# [RECORDS FOR PROCESSING]
---+---

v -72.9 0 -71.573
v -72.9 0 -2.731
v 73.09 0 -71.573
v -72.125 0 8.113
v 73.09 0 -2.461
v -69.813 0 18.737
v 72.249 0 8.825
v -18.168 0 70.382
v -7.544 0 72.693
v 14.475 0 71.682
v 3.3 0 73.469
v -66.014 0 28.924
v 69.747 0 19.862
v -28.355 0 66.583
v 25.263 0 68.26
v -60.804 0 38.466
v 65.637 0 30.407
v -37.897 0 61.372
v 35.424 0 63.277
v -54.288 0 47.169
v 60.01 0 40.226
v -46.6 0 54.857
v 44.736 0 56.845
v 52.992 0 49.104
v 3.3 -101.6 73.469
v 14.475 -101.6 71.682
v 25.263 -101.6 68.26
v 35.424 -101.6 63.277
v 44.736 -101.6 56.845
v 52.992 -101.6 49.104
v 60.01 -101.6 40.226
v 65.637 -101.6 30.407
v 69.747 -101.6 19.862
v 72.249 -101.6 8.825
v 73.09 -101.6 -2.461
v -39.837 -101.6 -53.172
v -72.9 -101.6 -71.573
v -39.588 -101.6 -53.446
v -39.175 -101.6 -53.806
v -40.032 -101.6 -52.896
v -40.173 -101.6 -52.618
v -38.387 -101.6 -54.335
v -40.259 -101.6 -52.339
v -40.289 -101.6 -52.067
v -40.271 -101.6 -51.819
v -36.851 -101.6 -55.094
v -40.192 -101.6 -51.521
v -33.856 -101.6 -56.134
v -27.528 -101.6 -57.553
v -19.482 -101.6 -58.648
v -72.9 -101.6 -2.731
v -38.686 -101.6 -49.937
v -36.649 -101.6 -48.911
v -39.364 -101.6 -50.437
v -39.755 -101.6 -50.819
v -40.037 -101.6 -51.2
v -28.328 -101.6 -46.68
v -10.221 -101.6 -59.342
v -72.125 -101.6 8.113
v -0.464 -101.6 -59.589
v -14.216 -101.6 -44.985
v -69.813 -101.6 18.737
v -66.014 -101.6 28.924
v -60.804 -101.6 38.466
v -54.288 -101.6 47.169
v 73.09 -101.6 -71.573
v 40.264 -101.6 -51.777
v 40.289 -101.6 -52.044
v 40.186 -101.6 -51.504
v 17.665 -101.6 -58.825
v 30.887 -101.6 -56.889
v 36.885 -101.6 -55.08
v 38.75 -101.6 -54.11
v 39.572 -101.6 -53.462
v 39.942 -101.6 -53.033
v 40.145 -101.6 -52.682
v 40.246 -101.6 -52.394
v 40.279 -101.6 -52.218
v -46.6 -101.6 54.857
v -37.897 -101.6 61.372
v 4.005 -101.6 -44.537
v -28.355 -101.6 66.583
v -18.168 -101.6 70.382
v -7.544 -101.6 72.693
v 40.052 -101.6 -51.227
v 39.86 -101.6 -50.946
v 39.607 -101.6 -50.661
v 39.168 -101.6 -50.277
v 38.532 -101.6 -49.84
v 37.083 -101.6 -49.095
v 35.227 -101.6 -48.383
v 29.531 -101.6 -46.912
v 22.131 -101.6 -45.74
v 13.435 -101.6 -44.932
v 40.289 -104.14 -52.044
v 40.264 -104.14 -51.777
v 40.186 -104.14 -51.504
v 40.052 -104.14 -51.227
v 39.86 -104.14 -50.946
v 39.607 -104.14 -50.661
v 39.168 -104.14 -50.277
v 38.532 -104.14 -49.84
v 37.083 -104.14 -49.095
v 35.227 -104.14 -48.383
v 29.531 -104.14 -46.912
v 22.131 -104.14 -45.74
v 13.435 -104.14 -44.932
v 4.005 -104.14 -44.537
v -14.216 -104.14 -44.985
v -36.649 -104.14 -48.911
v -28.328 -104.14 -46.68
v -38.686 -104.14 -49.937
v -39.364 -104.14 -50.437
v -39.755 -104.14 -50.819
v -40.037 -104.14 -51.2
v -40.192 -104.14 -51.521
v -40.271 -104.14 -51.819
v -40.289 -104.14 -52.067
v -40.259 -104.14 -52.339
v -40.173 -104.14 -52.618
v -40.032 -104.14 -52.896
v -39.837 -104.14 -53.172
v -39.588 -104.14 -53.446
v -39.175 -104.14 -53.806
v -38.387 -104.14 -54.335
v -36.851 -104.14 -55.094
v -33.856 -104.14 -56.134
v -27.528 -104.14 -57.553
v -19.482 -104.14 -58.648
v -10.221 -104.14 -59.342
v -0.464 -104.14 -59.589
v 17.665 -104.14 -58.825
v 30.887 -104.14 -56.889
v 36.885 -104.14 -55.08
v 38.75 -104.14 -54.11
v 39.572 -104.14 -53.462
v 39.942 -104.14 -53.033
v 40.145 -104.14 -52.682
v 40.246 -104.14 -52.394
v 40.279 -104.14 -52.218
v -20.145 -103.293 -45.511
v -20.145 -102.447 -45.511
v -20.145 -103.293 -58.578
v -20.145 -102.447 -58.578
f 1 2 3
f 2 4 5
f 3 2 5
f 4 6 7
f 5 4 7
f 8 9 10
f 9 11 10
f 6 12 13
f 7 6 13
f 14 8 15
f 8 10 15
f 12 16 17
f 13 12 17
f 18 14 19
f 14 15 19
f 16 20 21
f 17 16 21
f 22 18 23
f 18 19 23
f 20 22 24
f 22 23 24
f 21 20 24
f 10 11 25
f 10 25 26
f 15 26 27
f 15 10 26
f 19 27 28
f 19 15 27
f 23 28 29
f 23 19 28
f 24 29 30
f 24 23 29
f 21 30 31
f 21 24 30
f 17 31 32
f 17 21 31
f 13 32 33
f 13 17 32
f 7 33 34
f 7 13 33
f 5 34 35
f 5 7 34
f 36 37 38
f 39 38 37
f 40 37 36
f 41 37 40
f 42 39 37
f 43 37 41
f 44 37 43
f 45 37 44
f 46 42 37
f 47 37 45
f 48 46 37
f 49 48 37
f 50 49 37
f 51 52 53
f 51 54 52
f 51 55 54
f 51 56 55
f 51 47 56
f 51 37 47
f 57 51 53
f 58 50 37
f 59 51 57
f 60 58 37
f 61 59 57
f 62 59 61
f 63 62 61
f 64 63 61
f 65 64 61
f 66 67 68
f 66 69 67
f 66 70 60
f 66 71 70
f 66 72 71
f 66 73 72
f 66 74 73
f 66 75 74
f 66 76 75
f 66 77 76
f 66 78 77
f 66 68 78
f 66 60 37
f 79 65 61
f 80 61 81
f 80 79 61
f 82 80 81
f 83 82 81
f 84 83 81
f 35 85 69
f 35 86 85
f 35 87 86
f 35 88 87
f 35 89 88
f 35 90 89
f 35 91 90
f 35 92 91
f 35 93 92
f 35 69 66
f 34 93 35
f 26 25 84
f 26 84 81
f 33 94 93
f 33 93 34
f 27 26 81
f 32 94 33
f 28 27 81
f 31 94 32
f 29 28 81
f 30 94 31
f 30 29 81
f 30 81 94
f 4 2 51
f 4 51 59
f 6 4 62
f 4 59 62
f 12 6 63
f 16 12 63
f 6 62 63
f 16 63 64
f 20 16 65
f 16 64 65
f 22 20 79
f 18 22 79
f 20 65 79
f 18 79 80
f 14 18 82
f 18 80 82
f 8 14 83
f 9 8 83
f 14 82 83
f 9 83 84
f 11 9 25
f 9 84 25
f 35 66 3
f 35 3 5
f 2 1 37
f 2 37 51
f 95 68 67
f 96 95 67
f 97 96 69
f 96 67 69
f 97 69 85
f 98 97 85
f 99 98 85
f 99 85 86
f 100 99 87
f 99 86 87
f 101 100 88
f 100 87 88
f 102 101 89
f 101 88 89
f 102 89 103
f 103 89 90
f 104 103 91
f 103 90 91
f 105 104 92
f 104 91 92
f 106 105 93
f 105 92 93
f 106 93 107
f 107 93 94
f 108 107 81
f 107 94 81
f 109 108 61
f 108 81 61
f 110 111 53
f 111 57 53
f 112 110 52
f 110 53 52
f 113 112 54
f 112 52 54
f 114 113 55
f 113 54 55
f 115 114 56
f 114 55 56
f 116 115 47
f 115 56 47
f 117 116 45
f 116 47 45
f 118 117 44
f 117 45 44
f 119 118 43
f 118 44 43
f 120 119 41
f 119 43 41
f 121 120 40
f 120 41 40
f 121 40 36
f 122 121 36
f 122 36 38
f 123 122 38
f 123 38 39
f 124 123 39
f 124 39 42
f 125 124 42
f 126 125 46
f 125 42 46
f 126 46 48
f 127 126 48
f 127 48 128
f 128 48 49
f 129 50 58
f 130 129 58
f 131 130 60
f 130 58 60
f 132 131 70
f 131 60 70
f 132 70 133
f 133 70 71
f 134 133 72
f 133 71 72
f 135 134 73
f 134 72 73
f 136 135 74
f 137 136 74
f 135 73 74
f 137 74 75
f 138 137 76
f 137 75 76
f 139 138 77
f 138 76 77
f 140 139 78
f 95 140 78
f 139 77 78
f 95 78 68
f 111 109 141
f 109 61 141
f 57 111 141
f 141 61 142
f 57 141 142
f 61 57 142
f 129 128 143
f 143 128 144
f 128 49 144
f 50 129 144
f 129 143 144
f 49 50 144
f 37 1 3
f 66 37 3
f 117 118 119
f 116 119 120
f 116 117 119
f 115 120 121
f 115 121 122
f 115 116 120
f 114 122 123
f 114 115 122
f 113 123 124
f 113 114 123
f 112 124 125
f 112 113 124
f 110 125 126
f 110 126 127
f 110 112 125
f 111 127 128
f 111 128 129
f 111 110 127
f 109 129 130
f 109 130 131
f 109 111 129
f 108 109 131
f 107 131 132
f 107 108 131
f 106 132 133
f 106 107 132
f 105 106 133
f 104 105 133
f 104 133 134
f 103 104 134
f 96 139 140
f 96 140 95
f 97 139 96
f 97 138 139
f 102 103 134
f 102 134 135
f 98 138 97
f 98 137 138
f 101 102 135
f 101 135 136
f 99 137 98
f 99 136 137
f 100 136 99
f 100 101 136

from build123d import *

# Parameters (mm, degrees)
F0_W        = 145.98980546
F0_H        = 145.0418308377
F1_DEPTH    = 101.6
F2_R        = 76.2
F3_T1_DEPTH = 481.2494898574
F5_DEPTH    = 2.54


# Not quite as in the source:
# - a fillet or chamfer that OpenCascade refuses, or shapes differently, is made with other operations: its cross-section is extruded or revolved along the edge and cut away or added


with BuildPart() as f1:
    # F0 (on Front) → F1 (new body)
    with BuildSketch(Plane.XZ):
        with Locations((0.0947937369, 0.9479857981)):
            Rectangle(F0_W, F0_H)
    extrude(amount=F1_DEPTH)

    # F2
    f2_edges = [f1.edges().sort_by_distance(p)[0] for p in [
        (-72.900109, -50.8, 73.468901),
    ]]
    fillet(f2_edges, radius=F2_R)

    # F3: fillet of radius 76.2 on 1 edges, made by hand

    # F3_s2 → F3_t1 (cut)
    with BuildSketch(Plane.XZ.offset(-189.8247449287)):
        with BuildLine():
            ThreePointArc((3.2998910069, 73.468901217), (52.9918213106, 49.1044140169), (73.0896964669, -2.4609967545))
            Line((73.0896964669, -2.4609967545), (73.0896964669, 73.468901217))
            Line((73.0896964669, 73.468901217), (3.2998910069, 73.468901217))
        make_face()
    extrude(amount=F3_T1_DEPTH, mode=Mode.SUBTRACT)

    # F4 (on face) → F5 (join)
    with BuildSketch(Plane.XZ.offset(101.6)):
        with BuildLine():
            add(Edge.make_bspline(
                [(40.2893982828, -52.0444214344), (40.2893982828, -38.976719833), (-20.1446991414, -45.5105706337), (-80.5787965655, -52.0444214344), (-20.1446991414, -58.5782722351), (40.2893982828, -65.1121230358), (40.2893982828, -52.0444214344)],
                knots=[0, 0, 0, 2.0943951024, 2.0943951024, 4.1887902048, 4.1887902048, 6.2831853072, 6.2831853072, 6.2831853072], degree=2, weights=[1, 0.5, 1, 0.5, 1, 0.5, 1]))
        make_face()
    extrude(amount=F5_DEPTH)


solid = f1.part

---+---

# [REQUIRED WORK]
When you reach the line with "v 65.637 -101.6 30.407" in the records above, start writing out lines exactly, and stop once the line with "v -72.9 -101.6 -2.731" has been written; include nothing else.

# [OUTPUT FOR THIS TASK]
v 65.637 -101.6 30.407
v 69.747 -101.6 19.862
v 72.249 -101.6 8.825
v 73.09 -101.6 -2.461
v -39.837 -101.6 -53.172
v -72.9 -101.6 -71.573
v -39.588 -101.6 -53.446
v -39.175 -101.6 -53.806
v -40.032 -101.6 -52.896
v -40.173 -101.6 -52.618
v -38.387 -101.6 -54.335
v -40.259 -101.6 -52.339
v -40.289 -101.6 -52.067
v -40.271 -101.6 -51.819
v -36.851 -101.6 -55.094
v -40.192 -101.6 -51.521
v -33.856 -101.6 -56.134
v -27.528 -101.6 -57.553
v -19.482 -101.6 -58.648
v -72.9 -101.6 -2.731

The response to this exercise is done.